Measurements of cTnI and CK were pooled for kinetic modeling assessment. CK-MB measurements from the remote ischemic per-conditioning study were assessed separately. Three full data sets, i.e. with CK, cTnI and CK-MB variables, were built. With the aim of validating LSS models to estimate both biomarker input and AUC, data sets were randomly assigned (computerized allocation) into learning (2/3 patients) or validation (1/3 patients) subsets (Fig. 1). Learning and validation subsets were used for internal and external validation of LSS estimators, respectively. To ensure homogeneity between both subsets, the randomization of the study population was stratified on study (to avoid time bias) and treatment (conditioning or control).

We also seeked for external validation and therefore ran our models using individual data of another french cohort of 103 patients with anterior STEMI and a TIMI 0/1 blood flow. These patients were refered for primary percutaneous coronary intervention within 12 h of the onset of chest pain and had multiple biomarkers assessments from admission and every 12 h up to 132 h. cTnI was measured using different assays: a non-hs cTnI assay and a hs cTnI assay with the following characteristics.

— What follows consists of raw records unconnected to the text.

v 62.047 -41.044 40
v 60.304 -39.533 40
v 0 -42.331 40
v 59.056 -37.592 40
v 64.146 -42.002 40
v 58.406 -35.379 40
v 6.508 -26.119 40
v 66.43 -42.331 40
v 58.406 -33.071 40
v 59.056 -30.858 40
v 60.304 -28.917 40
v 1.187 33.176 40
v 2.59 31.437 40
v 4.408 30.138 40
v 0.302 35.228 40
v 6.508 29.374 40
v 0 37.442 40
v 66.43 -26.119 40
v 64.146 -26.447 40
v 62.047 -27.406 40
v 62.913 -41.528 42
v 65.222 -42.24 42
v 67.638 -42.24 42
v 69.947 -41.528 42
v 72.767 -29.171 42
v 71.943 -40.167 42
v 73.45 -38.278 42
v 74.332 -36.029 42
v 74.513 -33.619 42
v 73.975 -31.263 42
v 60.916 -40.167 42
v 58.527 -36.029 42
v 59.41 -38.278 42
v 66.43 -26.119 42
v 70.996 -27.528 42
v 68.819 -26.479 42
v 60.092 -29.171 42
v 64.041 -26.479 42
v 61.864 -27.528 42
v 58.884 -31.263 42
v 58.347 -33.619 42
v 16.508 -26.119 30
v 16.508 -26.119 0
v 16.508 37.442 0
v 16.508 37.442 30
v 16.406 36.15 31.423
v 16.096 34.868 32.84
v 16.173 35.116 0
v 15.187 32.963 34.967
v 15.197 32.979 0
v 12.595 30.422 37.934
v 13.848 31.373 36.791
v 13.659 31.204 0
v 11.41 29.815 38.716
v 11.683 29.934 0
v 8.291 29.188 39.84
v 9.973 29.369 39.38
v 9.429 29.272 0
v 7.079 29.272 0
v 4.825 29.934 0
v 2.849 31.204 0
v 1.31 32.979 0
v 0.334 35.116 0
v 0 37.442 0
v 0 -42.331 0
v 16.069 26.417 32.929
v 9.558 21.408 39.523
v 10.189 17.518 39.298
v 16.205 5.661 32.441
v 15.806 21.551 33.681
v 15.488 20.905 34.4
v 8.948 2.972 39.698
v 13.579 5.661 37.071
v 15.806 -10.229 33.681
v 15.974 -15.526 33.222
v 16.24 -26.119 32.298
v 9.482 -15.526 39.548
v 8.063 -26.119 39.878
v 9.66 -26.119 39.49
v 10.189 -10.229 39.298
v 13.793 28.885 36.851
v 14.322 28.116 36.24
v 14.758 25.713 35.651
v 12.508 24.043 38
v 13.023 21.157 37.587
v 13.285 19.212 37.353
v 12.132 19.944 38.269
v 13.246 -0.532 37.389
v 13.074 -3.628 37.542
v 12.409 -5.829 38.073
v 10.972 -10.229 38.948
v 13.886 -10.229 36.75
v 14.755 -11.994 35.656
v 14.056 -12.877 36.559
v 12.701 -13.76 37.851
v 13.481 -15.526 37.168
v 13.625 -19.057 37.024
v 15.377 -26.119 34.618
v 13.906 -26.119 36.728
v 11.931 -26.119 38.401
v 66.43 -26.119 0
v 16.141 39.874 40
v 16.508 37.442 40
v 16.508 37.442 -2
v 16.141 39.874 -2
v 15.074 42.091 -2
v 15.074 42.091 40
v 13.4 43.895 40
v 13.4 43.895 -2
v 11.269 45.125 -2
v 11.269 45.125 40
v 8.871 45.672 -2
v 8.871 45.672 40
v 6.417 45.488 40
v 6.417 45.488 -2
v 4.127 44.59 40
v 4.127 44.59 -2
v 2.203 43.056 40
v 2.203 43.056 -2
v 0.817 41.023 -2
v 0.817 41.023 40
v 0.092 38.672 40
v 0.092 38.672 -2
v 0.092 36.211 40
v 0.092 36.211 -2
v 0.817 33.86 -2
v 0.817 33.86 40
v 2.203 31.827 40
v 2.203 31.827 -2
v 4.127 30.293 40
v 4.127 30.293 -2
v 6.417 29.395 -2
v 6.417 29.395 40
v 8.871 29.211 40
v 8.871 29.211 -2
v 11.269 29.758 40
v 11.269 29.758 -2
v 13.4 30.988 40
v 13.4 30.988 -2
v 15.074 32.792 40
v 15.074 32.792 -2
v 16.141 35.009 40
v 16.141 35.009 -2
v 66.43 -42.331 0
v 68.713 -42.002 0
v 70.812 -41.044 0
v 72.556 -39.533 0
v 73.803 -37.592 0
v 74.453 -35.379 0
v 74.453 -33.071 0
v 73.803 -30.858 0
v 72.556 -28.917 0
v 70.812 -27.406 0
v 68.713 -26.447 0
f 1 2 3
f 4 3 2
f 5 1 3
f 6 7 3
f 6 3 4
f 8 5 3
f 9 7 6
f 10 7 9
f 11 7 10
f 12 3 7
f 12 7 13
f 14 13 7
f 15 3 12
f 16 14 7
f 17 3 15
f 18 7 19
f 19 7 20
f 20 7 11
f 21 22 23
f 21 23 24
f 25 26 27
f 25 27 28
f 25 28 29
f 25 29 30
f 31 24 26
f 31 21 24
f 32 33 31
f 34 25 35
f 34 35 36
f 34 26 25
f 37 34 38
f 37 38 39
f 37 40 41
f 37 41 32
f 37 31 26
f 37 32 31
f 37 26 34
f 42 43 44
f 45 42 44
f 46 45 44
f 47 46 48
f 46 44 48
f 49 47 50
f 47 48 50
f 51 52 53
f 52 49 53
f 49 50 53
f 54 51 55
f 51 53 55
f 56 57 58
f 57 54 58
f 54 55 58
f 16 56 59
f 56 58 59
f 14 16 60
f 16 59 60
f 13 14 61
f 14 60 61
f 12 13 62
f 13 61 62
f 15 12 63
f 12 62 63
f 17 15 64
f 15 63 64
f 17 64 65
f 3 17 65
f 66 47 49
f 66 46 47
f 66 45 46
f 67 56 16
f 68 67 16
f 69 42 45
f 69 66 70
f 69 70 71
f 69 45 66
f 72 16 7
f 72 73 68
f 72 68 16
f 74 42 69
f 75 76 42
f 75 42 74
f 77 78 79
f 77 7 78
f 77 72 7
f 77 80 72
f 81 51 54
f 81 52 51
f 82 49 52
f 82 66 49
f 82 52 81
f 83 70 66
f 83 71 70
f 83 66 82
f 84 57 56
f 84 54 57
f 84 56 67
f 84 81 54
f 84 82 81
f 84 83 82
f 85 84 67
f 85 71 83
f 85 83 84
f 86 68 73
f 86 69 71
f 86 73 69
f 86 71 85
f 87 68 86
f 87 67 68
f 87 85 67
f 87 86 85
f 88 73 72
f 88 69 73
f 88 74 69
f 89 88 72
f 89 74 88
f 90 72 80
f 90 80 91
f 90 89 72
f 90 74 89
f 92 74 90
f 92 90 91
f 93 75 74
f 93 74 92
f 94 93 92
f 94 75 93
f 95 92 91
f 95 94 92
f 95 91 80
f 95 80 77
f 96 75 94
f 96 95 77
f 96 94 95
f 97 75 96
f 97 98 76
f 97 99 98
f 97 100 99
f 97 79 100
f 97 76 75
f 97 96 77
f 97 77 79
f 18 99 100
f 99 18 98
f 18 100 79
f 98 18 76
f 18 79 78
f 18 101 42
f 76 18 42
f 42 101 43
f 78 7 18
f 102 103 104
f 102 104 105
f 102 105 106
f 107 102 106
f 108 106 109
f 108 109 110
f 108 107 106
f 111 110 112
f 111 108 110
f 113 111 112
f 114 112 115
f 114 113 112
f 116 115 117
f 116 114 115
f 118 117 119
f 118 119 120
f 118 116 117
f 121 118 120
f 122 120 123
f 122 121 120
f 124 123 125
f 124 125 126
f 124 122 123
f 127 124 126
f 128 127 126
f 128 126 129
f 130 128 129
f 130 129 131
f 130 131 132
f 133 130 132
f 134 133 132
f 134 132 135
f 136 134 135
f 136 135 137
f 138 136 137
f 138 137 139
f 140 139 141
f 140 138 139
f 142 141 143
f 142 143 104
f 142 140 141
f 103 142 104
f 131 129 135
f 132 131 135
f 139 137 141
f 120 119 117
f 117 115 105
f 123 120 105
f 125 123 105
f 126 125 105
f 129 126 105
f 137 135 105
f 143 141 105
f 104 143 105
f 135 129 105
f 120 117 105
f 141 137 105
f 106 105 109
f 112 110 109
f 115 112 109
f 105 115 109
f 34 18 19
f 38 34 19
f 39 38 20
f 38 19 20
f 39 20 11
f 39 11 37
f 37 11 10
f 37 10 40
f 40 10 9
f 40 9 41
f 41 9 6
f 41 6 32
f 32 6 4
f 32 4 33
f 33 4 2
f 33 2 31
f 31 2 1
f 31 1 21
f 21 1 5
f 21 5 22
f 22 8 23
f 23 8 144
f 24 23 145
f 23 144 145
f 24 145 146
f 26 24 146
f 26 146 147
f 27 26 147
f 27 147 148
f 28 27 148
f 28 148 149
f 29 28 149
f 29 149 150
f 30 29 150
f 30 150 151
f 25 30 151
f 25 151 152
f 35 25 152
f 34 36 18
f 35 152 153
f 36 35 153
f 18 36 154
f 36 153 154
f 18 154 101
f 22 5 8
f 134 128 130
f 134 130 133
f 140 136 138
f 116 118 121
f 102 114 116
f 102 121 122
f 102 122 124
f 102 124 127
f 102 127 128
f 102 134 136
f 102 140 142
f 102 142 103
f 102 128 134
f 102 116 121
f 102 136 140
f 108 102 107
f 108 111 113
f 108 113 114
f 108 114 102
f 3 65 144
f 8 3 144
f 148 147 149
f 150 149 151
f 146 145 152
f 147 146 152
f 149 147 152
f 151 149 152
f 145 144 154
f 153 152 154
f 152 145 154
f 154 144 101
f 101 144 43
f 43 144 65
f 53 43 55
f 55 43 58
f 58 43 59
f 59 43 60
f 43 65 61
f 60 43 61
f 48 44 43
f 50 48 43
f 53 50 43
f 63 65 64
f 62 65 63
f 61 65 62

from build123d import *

# Parameters (mm, degrees)
BOSS_EXTRUDE1_DEPTH = 40
SKETCH2_R           = 8.25386472
BOSS_EXTRUDE2_DEPTH = 42
SKETCH3_R           = 8.105899881
BOSS_EXTRUDE3_DEPTH = 42
FILLET4_START       = -26.119010727
FILLET4_DEPTH       = 64.119010727


with BuildPart() as part:
    # Sketch1 → Boss-Extrude1 (new body)
    with BuildSketch(Plane.XY):
        with BuildLine():
            Line((0, 37.441537545), (0, -42.330810489))
            Line((0, -42.330810489), (66.429779499, -42.330810489))
            ThreePointArc((66.429779499, -42.330810489), (58.323879619, -34.224910608), (66.429779499, -26.119010727))
            Line((66.429779499, -26.119010727), (16.50772944, -26.119010727))
            Line((16.50772944, -26.119010727), (16.50772944, 37.441537545))
            ThreePointArc((16.50772944, 37.441537545), (8.25386472, 29.187672825), (0, 37.441537545))
        make_face()
    extrude(amount=BOSS_EXTRUDE1_DEPTH)

    # Sketch3 → Boss-Extrude3 (add)
    with BuildSketch(Plane.XY):
        with Locations(Location((66.429779499, -34.224910608, 0), (0, 0, 90))):
            Circle(SKETCH3_R)
    extrude(amount=BOSS_EXTRUDE3_DEPTH)

    # Fillet4: read off the stored shape, not the designer's step
    # Fillet4 outline → Fillet4 (cut)
    with BuildSketch(Plane(origin=(0, 0, 0), x_dir=(1, 0, 0), z_dir=(0, 1, 0)).offset(FILLET4_START)):
        with BuildLine():
            Line((16.50772944, -40), (16.50772944, -30))
            add(Edge.make_bspline(
                [(16.50772944, -30), (16.50772944, -40), (6.50772944, -40)],
                knots=[0, 0, 0, 1, 1, 1], degree=2, weights=[1, 0.707106781, 1]))
            Line((6.50772944, -40), (16.50772944, -40))
        make_face()
    extrude(amount=FILLET4_DEPTH, mode=Mode.SUBTRACT)


with BuildPart() as body_2:
    # Sketch2 → Boss-Extrude2 (new body)
    with BuildSketch(Plane.XY.offset(40)):
        with Locations((8.25386472, 37.441537545)):
            Circle(SKETCH2_R)
    extrude(amount=-BOSS_EXTRUDE2_DEPTH)


solid = Compound([part.part, body_2.part])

Non-hs cTnI were measured using the Advia Centaur Ultra cTnI assay on an Advia Centaur Immunoassay analyser from Siemens, with a 10% coefficient of variation limit of 30 ng/mL and a 99th percentile of 40 ng/mL (confidence interval 20–60). Hs cTnI were measured using the Architect STAT High Sensitive Troponin-I Reagent on an Architect i1000SR from Abbott Diagnostics. The 10% coefficient of variation limit was 3.9 ng/mL and the 99th percentile values were 14 ng/mL for men and 11 ng/mL for women (see Supplementary Material for detailed characteristics).

We wanted to ensure that: (i) our cTnI model could be applied to STEMI patients others than those from our cohort, and (ii) that this model was extrapolable to others cTnI assays, including the newer and now recommended hs cTnI.

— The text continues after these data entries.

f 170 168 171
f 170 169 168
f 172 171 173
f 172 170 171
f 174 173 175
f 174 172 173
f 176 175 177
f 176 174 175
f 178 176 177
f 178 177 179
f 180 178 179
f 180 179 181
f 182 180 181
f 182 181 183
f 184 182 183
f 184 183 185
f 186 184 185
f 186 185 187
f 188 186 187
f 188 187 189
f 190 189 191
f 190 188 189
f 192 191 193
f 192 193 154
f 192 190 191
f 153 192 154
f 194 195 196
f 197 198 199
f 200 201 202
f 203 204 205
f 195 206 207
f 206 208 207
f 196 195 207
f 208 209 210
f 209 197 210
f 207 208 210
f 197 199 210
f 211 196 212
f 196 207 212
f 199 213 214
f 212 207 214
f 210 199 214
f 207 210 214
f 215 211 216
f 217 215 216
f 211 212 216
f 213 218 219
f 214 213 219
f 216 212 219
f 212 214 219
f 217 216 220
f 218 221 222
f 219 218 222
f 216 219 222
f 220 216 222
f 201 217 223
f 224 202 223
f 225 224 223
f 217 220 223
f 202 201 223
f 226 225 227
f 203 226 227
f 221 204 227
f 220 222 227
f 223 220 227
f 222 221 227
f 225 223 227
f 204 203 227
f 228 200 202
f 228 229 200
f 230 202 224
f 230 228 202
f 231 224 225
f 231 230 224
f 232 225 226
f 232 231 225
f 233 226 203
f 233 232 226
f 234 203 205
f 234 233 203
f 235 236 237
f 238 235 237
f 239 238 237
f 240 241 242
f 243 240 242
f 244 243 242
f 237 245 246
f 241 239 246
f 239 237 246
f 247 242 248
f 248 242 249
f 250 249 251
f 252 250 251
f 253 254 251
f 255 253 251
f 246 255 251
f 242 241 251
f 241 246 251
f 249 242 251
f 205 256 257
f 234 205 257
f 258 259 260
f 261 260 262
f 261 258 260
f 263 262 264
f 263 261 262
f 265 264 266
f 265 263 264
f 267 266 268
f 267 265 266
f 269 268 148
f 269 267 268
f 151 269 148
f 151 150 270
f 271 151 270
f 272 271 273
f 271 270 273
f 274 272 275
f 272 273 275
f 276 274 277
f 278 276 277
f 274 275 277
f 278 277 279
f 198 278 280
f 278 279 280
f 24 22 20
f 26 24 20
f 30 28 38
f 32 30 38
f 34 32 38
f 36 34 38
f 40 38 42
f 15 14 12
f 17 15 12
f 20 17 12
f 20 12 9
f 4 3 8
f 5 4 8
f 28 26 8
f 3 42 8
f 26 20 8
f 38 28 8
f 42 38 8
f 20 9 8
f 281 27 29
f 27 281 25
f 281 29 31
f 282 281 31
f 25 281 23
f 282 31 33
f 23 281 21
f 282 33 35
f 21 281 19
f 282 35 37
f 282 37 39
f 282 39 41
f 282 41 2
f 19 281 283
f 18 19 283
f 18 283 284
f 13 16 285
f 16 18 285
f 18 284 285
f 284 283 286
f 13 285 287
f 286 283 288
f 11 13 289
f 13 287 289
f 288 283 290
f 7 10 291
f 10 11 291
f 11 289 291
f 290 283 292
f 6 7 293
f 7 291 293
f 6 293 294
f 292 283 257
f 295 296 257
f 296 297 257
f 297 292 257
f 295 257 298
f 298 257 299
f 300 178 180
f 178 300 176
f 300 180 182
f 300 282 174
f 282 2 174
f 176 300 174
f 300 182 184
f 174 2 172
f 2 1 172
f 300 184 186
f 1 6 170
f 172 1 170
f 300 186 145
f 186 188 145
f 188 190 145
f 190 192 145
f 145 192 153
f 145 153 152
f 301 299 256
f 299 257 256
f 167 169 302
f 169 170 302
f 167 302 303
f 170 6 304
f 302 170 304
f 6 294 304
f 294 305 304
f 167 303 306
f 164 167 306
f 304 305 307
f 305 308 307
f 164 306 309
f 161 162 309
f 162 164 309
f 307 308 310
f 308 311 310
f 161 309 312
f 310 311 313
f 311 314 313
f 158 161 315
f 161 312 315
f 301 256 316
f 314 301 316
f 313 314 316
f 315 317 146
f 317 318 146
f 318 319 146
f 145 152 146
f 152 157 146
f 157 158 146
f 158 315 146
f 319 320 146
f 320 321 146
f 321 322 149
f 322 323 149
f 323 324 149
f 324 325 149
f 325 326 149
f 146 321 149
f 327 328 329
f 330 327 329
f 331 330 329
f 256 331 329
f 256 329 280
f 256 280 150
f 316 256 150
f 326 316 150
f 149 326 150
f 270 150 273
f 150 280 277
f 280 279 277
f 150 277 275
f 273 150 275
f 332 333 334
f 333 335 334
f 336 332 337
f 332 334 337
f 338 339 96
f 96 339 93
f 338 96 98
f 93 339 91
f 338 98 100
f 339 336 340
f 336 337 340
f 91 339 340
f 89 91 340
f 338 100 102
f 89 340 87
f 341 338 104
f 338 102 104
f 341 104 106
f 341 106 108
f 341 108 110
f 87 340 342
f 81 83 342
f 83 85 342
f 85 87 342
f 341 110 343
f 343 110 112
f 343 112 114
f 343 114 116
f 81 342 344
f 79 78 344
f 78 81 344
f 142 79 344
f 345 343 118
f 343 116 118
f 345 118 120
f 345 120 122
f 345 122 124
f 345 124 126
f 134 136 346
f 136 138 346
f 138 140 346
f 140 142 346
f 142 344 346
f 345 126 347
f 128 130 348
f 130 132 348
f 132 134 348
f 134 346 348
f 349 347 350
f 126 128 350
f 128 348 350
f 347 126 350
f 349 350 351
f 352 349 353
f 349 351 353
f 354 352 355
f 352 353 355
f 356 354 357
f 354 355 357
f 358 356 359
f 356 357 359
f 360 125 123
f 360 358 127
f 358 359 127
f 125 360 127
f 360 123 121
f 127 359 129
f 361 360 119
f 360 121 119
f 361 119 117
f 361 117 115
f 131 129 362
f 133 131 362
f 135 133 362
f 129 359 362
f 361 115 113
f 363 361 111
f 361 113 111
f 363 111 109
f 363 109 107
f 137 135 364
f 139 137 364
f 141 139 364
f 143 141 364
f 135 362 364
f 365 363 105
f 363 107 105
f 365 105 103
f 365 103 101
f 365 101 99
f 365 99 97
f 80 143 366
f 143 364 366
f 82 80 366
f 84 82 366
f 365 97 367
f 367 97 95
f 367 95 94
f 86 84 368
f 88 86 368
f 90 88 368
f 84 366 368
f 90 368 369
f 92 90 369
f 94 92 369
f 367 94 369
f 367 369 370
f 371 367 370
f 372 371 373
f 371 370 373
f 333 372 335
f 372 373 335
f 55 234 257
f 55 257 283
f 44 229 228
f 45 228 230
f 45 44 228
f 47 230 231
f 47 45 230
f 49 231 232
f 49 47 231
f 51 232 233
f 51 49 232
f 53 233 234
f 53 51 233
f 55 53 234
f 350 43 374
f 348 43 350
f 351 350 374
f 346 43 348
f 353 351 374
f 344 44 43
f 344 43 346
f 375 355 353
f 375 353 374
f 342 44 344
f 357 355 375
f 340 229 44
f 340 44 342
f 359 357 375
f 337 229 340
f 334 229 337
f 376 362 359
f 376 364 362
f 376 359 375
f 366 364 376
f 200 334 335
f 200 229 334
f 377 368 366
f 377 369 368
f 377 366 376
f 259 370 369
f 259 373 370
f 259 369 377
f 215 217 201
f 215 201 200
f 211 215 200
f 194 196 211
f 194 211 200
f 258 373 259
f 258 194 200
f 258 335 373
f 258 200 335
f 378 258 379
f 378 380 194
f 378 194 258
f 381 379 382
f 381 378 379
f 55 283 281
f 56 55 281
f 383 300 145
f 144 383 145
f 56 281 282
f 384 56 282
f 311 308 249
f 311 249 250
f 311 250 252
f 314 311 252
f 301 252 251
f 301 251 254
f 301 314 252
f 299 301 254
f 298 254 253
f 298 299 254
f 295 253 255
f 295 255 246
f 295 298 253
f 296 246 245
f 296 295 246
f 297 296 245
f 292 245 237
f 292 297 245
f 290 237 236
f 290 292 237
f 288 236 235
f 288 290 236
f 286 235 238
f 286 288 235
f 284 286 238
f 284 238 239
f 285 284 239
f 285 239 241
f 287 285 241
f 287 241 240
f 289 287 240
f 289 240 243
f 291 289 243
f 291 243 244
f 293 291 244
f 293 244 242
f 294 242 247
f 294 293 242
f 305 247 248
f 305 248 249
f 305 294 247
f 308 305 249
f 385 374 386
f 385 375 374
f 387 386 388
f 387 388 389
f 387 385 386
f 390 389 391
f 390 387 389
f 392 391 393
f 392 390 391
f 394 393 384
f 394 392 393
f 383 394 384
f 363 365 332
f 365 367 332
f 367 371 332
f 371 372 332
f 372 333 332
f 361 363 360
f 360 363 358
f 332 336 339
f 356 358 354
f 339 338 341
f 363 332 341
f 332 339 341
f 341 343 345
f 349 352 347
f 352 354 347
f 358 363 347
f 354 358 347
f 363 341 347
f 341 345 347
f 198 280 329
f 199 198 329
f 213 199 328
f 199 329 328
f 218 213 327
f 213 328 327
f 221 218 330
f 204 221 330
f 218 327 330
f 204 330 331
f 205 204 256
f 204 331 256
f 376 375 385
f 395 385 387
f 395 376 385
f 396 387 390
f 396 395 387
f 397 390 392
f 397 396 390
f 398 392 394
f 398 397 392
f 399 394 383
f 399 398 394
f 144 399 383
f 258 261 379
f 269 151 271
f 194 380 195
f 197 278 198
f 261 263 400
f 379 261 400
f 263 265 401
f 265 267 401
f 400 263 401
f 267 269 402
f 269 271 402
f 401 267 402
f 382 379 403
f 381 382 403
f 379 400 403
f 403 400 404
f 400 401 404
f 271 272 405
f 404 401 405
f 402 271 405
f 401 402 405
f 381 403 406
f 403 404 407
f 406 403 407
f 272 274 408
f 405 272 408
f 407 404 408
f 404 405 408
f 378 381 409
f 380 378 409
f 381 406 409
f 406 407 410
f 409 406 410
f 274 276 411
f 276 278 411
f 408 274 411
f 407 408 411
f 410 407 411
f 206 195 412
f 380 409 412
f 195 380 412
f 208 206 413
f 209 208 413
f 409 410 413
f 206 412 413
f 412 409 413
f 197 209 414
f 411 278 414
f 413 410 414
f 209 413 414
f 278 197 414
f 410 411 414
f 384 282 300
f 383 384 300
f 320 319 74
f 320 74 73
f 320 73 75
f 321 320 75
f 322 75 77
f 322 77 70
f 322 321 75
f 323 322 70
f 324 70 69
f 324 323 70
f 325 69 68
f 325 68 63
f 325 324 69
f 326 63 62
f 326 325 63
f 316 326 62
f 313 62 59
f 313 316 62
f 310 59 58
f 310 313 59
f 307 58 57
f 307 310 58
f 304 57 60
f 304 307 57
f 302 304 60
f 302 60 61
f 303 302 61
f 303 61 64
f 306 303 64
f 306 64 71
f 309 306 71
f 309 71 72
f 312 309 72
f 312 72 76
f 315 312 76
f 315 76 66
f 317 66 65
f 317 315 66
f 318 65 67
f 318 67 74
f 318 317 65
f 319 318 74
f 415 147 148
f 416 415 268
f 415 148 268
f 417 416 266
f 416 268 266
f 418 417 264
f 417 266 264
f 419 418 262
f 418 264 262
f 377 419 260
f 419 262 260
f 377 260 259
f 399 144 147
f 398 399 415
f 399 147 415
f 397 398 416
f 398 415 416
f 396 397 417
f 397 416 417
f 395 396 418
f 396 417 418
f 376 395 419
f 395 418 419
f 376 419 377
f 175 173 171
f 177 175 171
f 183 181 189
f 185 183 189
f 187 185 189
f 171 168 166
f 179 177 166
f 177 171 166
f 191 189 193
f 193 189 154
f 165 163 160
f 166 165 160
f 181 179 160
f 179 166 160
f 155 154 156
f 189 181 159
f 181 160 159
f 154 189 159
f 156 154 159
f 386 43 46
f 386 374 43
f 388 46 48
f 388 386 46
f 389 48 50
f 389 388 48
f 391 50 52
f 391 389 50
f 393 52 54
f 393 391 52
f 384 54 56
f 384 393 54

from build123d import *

Cardiac biomarker kinetics and LSS modeling

The kinetic models development is described in details elsewhere15. Briefly, these models described biomarker release, distribution and elimination steps and allowed computing AUC for CK, cTnI and CK-MB. Kinetic parameters were estimated using nonlinear mixed-effect modelling approach20.

Based on our kinetic models, the interindividual distribution of parameters and individual values of AUC were estimated in the learning data subset using all samples (T0 to T72). Assessment of the predictive performance of kinetic models was made by comparing computed biomarker AUC and AUC calculated by the reference method, i.e. trapezoid rule. This comparison was made numerically by comparison of model-estimated AUC with AUC calculated by trapezoid rule using coefficient of determination (R2, %) and relative bias (%), which is the systematic error of estimation relative to observation. A model was considered to provide accurate results if R2 > 90% and relative bias < 10%. Among LSS leading to similar performance, strategy with the lowest time of last sample was chosen, with all sampling times ≤ 24 h.

Statistical analyses

Coefficients of determination and bias were used to assess the predictive performance of kinetic and LSS models. The analysis was made using R 3.2.3 (R Core Team, Vienna, Austria)35.